→ **GOAL OF THE EXERCISE**
Would you please return the lines of the entries below starting at the line that has "e43 v27 v27" and ending at the line that has "The same part", both included, exactly as they are?

→ **MATERIAL TO PROCESS**
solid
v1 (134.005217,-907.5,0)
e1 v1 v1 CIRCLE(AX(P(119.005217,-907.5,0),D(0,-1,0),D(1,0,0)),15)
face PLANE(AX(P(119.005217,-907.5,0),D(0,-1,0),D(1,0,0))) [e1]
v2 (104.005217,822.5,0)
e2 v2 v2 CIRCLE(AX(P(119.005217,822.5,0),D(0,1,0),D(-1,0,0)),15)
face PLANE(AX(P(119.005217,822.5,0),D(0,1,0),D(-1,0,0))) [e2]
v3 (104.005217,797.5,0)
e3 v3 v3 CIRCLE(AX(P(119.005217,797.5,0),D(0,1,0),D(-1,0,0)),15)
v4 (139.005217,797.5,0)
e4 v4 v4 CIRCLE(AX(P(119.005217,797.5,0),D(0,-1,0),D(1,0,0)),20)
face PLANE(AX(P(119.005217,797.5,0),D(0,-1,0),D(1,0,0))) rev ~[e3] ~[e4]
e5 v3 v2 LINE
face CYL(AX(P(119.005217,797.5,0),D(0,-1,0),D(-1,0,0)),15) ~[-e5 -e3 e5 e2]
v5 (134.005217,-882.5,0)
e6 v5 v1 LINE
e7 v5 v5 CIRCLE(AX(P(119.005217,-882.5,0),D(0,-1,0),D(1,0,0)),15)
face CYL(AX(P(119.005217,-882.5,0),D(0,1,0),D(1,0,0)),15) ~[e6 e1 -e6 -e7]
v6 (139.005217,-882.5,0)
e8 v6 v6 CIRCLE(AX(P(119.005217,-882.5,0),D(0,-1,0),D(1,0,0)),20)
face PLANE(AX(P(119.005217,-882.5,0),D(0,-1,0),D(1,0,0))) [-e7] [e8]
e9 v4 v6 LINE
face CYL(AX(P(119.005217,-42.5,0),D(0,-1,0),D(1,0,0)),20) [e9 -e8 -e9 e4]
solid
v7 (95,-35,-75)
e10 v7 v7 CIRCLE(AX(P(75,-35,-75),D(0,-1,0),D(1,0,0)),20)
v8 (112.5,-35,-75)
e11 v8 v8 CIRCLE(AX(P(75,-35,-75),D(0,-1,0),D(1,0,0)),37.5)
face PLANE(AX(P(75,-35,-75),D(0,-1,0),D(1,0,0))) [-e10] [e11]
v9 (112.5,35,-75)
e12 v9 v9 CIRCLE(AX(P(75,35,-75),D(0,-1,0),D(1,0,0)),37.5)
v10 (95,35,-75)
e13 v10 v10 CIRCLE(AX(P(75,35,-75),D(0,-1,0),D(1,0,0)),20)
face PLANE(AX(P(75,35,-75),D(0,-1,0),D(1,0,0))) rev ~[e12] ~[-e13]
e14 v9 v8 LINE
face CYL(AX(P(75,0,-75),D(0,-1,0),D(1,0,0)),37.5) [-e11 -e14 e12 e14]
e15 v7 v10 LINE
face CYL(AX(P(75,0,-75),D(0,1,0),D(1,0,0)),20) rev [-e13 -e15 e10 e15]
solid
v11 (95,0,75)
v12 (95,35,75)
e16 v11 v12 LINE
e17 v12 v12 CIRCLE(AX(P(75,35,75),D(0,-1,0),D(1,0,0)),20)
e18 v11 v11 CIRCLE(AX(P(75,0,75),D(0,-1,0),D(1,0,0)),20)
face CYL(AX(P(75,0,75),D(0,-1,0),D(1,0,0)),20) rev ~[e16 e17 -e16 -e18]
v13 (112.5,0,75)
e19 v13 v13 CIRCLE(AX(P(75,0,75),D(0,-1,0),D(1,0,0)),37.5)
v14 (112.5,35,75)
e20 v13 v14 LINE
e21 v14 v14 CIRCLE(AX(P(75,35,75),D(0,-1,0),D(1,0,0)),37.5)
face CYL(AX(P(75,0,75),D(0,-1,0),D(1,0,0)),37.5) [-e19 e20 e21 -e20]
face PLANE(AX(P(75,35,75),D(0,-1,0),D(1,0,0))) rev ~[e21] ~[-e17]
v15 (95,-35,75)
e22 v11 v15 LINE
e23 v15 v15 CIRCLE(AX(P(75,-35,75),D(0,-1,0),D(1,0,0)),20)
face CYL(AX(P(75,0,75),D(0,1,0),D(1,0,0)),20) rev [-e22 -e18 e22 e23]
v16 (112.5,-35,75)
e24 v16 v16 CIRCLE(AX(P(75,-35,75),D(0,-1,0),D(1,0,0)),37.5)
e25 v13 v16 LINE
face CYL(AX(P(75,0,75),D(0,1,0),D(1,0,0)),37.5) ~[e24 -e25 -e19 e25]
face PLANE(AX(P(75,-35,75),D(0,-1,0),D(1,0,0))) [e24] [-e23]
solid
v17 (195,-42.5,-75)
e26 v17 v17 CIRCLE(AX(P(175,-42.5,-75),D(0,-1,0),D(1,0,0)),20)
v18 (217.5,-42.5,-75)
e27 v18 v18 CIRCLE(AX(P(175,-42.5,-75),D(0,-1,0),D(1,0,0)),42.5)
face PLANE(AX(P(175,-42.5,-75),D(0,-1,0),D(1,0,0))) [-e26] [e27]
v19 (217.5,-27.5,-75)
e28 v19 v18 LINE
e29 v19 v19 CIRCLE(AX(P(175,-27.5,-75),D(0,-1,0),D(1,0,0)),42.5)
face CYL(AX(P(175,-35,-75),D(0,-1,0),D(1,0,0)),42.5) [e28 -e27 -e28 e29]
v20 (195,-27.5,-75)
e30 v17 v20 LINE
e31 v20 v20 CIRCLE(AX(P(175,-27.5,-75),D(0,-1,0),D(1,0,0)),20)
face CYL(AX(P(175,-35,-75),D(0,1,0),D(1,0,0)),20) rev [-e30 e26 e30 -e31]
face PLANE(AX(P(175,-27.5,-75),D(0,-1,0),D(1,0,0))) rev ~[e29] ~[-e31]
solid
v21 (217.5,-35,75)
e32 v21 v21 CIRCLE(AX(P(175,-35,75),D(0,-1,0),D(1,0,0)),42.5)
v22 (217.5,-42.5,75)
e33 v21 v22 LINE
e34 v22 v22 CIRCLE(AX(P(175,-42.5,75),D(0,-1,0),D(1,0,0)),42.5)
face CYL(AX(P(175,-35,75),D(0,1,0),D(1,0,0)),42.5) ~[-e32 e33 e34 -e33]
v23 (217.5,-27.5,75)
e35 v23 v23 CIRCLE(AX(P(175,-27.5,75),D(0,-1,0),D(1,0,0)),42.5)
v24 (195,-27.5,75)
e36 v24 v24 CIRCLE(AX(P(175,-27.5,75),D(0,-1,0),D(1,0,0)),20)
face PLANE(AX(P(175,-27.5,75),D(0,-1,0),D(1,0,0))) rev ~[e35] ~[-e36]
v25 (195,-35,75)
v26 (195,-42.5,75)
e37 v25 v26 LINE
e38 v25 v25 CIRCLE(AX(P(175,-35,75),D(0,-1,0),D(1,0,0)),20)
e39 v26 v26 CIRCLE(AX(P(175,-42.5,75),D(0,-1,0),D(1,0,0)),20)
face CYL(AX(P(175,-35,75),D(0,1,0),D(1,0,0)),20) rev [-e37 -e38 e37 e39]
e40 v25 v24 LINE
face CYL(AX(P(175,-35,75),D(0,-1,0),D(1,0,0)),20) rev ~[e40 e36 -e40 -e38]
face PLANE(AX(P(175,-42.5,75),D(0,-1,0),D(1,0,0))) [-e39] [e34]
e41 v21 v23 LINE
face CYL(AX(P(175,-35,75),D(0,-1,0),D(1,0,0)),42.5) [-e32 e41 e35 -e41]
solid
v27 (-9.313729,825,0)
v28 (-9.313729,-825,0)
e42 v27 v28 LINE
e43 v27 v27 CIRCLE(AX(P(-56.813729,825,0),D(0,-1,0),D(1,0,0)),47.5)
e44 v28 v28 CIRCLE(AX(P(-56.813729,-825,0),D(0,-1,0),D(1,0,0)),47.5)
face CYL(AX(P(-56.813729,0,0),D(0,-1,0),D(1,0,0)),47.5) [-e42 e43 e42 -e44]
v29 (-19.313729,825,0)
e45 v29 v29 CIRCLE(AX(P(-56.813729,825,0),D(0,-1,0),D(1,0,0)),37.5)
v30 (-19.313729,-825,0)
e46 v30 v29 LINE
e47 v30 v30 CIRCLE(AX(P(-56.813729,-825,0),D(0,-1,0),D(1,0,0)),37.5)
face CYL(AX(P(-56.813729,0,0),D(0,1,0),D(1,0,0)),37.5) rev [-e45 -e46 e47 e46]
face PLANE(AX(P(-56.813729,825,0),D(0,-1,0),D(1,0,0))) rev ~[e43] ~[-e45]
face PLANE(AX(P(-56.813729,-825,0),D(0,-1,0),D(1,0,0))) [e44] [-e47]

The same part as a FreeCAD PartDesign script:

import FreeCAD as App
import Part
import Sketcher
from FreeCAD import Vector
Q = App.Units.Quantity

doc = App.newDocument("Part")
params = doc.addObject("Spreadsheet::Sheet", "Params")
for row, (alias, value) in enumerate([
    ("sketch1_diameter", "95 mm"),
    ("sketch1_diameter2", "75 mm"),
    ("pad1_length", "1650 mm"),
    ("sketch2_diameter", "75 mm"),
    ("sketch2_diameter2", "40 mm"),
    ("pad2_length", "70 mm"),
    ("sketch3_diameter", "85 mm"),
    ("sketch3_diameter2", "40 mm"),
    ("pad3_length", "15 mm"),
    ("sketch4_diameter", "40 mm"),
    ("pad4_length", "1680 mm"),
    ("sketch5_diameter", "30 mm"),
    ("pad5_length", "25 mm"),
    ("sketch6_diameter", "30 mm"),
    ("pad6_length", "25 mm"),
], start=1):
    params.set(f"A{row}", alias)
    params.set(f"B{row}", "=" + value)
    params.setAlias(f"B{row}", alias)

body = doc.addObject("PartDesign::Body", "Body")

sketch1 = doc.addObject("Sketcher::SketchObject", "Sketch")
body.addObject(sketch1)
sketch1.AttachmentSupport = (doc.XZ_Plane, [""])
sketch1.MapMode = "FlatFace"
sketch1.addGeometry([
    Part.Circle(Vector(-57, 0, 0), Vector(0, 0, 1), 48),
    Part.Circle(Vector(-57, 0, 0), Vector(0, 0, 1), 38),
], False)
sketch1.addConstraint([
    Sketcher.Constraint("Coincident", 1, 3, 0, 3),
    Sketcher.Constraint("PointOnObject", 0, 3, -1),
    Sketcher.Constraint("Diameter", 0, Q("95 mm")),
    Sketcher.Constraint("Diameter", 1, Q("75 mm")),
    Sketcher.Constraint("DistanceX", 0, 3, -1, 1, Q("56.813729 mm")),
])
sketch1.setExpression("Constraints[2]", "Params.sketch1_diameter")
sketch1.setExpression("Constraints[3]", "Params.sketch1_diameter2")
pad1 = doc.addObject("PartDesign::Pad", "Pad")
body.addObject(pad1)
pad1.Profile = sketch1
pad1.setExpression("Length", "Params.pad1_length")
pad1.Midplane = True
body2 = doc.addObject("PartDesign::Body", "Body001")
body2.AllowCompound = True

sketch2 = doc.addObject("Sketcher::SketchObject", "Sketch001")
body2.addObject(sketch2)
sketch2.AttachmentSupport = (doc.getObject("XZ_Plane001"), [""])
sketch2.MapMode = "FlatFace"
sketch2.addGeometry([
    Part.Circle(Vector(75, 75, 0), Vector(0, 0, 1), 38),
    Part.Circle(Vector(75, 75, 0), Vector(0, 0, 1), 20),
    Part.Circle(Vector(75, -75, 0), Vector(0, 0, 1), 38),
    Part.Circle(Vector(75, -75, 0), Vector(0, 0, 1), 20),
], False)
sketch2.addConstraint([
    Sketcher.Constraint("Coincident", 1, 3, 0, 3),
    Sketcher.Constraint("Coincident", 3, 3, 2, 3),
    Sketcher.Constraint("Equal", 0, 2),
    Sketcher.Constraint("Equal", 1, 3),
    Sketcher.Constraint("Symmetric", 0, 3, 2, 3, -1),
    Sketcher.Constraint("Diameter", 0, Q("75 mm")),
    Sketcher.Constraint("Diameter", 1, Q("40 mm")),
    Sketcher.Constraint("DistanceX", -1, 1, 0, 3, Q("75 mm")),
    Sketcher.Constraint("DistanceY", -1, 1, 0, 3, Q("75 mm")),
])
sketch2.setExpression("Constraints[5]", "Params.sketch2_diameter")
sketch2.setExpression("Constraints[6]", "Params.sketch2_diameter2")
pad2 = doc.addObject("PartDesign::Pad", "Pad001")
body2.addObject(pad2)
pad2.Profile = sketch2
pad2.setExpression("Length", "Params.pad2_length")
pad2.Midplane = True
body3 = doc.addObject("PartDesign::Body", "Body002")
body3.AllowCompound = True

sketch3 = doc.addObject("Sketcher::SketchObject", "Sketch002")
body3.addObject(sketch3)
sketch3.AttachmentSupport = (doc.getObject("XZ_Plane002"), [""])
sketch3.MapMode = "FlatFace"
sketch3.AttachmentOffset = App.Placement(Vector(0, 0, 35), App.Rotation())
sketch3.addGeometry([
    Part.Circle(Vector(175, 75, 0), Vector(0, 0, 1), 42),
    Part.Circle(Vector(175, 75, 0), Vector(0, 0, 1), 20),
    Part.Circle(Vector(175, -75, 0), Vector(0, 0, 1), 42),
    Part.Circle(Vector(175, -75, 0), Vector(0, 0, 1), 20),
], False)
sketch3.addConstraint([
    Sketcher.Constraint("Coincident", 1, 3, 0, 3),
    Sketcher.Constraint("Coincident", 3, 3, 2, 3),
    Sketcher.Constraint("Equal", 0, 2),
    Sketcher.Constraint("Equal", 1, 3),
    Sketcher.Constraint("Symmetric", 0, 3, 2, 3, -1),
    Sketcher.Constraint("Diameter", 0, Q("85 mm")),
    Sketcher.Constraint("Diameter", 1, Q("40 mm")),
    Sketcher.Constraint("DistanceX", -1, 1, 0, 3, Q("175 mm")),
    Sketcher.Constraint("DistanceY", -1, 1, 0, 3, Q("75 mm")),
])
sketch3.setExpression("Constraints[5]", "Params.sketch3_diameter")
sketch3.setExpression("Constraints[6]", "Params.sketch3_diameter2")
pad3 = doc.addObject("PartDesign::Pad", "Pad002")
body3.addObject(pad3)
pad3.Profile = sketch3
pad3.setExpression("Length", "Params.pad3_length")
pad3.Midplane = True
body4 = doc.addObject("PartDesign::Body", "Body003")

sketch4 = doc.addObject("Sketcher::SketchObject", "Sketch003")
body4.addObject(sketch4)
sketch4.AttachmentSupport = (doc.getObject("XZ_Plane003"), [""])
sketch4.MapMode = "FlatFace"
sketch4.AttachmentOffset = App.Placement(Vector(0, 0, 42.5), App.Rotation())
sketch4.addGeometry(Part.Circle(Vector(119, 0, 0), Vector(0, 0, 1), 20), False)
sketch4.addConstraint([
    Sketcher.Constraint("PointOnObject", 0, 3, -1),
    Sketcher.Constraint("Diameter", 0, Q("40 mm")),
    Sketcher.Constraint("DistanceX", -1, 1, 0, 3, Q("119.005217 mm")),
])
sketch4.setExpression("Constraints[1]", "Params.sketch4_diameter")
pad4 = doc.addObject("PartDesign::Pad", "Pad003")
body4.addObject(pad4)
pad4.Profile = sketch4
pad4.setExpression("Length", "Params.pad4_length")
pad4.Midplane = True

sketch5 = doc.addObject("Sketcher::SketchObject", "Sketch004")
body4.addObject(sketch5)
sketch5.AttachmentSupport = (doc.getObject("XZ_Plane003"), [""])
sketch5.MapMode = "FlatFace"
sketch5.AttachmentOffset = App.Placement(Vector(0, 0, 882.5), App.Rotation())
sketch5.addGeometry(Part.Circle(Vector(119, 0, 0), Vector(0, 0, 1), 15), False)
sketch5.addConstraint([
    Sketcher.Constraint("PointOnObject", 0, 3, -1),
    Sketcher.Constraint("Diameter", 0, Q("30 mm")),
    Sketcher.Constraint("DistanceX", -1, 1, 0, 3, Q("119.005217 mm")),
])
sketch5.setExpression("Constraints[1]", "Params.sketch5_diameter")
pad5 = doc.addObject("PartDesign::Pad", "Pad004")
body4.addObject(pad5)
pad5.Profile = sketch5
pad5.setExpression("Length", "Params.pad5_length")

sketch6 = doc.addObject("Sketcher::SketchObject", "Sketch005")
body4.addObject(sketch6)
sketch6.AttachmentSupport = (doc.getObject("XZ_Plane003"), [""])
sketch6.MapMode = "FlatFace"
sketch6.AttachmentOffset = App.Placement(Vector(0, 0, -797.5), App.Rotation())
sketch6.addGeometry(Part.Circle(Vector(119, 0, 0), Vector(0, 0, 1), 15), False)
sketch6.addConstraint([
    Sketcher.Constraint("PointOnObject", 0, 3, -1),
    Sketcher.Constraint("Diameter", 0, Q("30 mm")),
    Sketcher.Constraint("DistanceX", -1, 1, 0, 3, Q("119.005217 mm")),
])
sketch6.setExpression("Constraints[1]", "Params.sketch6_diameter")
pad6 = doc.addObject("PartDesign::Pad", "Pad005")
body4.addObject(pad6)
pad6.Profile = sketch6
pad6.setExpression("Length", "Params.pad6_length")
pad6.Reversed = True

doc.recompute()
---
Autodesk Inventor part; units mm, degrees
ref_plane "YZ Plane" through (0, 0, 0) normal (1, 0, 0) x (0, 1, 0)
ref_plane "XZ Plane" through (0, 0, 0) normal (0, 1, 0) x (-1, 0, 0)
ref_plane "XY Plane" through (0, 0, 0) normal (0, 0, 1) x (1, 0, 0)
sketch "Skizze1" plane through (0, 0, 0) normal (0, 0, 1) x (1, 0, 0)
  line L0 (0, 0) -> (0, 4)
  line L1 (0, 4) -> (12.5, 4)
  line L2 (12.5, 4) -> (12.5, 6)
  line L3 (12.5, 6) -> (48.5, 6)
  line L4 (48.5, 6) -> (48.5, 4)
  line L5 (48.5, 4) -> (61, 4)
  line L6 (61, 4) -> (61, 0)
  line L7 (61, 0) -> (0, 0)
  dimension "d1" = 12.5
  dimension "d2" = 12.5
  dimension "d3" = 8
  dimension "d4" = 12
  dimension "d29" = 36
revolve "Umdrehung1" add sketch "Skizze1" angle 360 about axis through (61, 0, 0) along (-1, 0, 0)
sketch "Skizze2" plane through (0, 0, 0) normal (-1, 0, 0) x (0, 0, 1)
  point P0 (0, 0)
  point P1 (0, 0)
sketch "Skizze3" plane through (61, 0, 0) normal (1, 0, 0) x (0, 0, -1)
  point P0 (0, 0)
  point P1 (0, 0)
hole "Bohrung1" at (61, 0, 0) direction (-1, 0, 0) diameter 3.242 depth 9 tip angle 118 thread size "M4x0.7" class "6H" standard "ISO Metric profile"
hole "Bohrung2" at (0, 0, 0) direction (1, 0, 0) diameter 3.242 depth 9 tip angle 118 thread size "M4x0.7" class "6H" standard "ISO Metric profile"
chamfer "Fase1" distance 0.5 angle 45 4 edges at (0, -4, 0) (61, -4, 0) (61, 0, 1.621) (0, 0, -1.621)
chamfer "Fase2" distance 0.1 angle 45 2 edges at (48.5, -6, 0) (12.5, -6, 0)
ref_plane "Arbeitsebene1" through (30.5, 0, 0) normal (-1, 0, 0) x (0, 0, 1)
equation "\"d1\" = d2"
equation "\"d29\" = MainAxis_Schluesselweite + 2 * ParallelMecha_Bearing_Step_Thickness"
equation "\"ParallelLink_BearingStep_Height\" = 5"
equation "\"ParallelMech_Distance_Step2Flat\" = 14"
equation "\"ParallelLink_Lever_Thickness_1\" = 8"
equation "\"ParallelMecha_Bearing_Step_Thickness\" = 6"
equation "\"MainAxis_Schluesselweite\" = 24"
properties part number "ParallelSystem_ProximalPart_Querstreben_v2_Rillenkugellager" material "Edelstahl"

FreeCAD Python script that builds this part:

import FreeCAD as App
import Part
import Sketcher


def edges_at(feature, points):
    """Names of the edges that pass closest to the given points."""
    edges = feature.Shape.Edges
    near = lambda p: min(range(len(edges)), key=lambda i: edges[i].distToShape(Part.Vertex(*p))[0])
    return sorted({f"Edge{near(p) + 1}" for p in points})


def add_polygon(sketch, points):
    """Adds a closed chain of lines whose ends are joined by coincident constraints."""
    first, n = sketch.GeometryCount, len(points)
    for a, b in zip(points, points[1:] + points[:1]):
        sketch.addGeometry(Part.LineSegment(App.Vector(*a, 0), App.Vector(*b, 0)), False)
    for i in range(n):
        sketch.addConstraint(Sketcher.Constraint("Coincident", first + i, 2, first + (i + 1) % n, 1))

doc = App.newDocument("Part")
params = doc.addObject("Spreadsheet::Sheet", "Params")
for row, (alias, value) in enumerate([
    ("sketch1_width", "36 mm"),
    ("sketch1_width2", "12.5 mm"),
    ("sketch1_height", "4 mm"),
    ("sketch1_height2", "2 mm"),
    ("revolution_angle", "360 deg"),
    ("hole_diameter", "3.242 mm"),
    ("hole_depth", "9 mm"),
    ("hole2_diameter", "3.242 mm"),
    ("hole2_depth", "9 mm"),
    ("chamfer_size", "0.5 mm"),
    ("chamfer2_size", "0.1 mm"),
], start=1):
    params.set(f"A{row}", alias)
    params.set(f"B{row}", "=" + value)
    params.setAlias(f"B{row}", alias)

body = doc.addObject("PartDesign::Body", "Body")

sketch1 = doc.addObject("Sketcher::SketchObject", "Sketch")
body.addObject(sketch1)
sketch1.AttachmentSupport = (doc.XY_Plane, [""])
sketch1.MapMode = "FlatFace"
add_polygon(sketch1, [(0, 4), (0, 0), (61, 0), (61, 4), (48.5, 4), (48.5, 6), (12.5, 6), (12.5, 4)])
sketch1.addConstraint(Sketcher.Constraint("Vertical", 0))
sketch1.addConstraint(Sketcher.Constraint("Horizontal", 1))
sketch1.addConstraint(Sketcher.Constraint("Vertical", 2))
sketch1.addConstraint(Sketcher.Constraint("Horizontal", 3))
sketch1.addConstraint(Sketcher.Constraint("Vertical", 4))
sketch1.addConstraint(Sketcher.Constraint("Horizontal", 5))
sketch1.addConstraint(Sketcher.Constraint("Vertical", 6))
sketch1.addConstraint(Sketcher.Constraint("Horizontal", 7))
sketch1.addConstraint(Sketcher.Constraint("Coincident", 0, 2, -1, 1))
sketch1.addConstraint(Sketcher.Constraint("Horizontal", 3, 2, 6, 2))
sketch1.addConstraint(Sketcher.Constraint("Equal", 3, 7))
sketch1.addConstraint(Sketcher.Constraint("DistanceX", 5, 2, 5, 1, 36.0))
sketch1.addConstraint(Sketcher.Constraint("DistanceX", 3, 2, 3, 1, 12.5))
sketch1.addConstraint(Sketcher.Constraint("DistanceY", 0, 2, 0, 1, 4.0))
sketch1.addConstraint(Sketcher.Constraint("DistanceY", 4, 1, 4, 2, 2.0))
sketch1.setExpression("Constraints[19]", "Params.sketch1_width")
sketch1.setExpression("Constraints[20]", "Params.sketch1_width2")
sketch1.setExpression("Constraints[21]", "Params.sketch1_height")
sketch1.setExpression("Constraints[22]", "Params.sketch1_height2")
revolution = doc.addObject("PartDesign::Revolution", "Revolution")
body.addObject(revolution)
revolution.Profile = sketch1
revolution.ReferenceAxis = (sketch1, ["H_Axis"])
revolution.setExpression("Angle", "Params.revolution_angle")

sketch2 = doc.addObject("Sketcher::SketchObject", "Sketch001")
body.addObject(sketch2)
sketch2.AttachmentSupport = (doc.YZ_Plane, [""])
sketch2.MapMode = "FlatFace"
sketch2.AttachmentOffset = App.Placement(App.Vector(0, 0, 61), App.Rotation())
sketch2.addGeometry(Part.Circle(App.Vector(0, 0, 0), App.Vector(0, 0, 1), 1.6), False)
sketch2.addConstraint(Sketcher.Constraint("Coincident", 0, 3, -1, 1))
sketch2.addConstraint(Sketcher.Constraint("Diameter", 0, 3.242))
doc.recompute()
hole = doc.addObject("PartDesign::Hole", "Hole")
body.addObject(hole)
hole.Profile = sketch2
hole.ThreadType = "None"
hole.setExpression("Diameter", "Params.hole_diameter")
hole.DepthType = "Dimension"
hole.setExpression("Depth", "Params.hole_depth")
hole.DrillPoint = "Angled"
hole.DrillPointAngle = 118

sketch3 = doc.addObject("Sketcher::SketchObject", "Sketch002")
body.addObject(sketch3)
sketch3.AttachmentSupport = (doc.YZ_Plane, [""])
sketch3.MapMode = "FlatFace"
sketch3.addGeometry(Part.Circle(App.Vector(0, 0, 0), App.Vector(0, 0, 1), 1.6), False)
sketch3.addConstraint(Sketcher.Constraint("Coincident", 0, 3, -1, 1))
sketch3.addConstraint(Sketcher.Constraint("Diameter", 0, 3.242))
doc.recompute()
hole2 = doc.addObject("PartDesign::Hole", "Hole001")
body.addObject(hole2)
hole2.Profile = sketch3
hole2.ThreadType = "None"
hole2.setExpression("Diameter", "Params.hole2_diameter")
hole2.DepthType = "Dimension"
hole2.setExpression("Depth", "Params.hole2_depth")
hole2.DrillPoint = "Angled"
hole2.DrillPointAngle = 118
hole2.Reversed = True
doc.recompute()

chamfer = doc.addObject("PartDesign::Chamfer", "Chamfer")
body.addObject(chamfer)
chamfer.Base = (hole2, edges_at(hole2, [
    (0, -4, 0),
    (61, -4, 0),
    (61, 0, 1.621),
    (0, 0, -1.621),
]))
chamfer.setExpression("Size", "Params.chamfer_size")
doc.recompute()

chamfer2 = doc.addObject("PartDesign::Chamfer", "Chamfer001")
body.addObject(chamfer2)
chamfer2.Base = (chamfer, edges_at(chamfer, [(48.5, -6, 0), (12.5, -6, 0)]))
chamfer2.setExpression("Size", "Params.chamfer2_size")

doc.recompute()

→ **REPLY TO THE TASK**
e43 v27 v27 CIRCLE(AX(P(-56.813729,825,0),D(0,-1,0),D(1,0,0)),47.5)
e44 v28 v28 CIRCLE(AX(P(-56.813729,-825,0),D(0,-1,0),D(1,0,0)),47.5)
face CYL(AX(P(-56.813729,0,0),D(0,-1,0),D(1,0,0)),47.5) [-e42 e43 e42 -e44]
v29 (-19.313729,825,0)
e45 v29 v29 CIRCLE(AX(P(-56.813729,825,0),D(0,-1,0),D(1,0,0)),37.5)
v30 (-19.313729,-825,0)
e46 v30 v29 LINE
e47 v30 v30 CIRCLE(AX(P(-56.813729,-825,0),D(0,-1,0),D(1,0,0)),37.5)
face CYL(AX(P(-56.813729,0,0),D(0,1,0),D(1,0,0)),37.5) rev [-e45 -e46 e47 e46]
face PLANE(AX(P(-56.813729,825,0),D(0,-1,0),D(1,0,0))) rev ~[e43] ~[-e45]
face PLANE(AX(P(-56.813729,-825,0),D(0,-1,0),D(1,0,0))) [e44] [-e47]

The same part as a FreeCAD PartDesign script:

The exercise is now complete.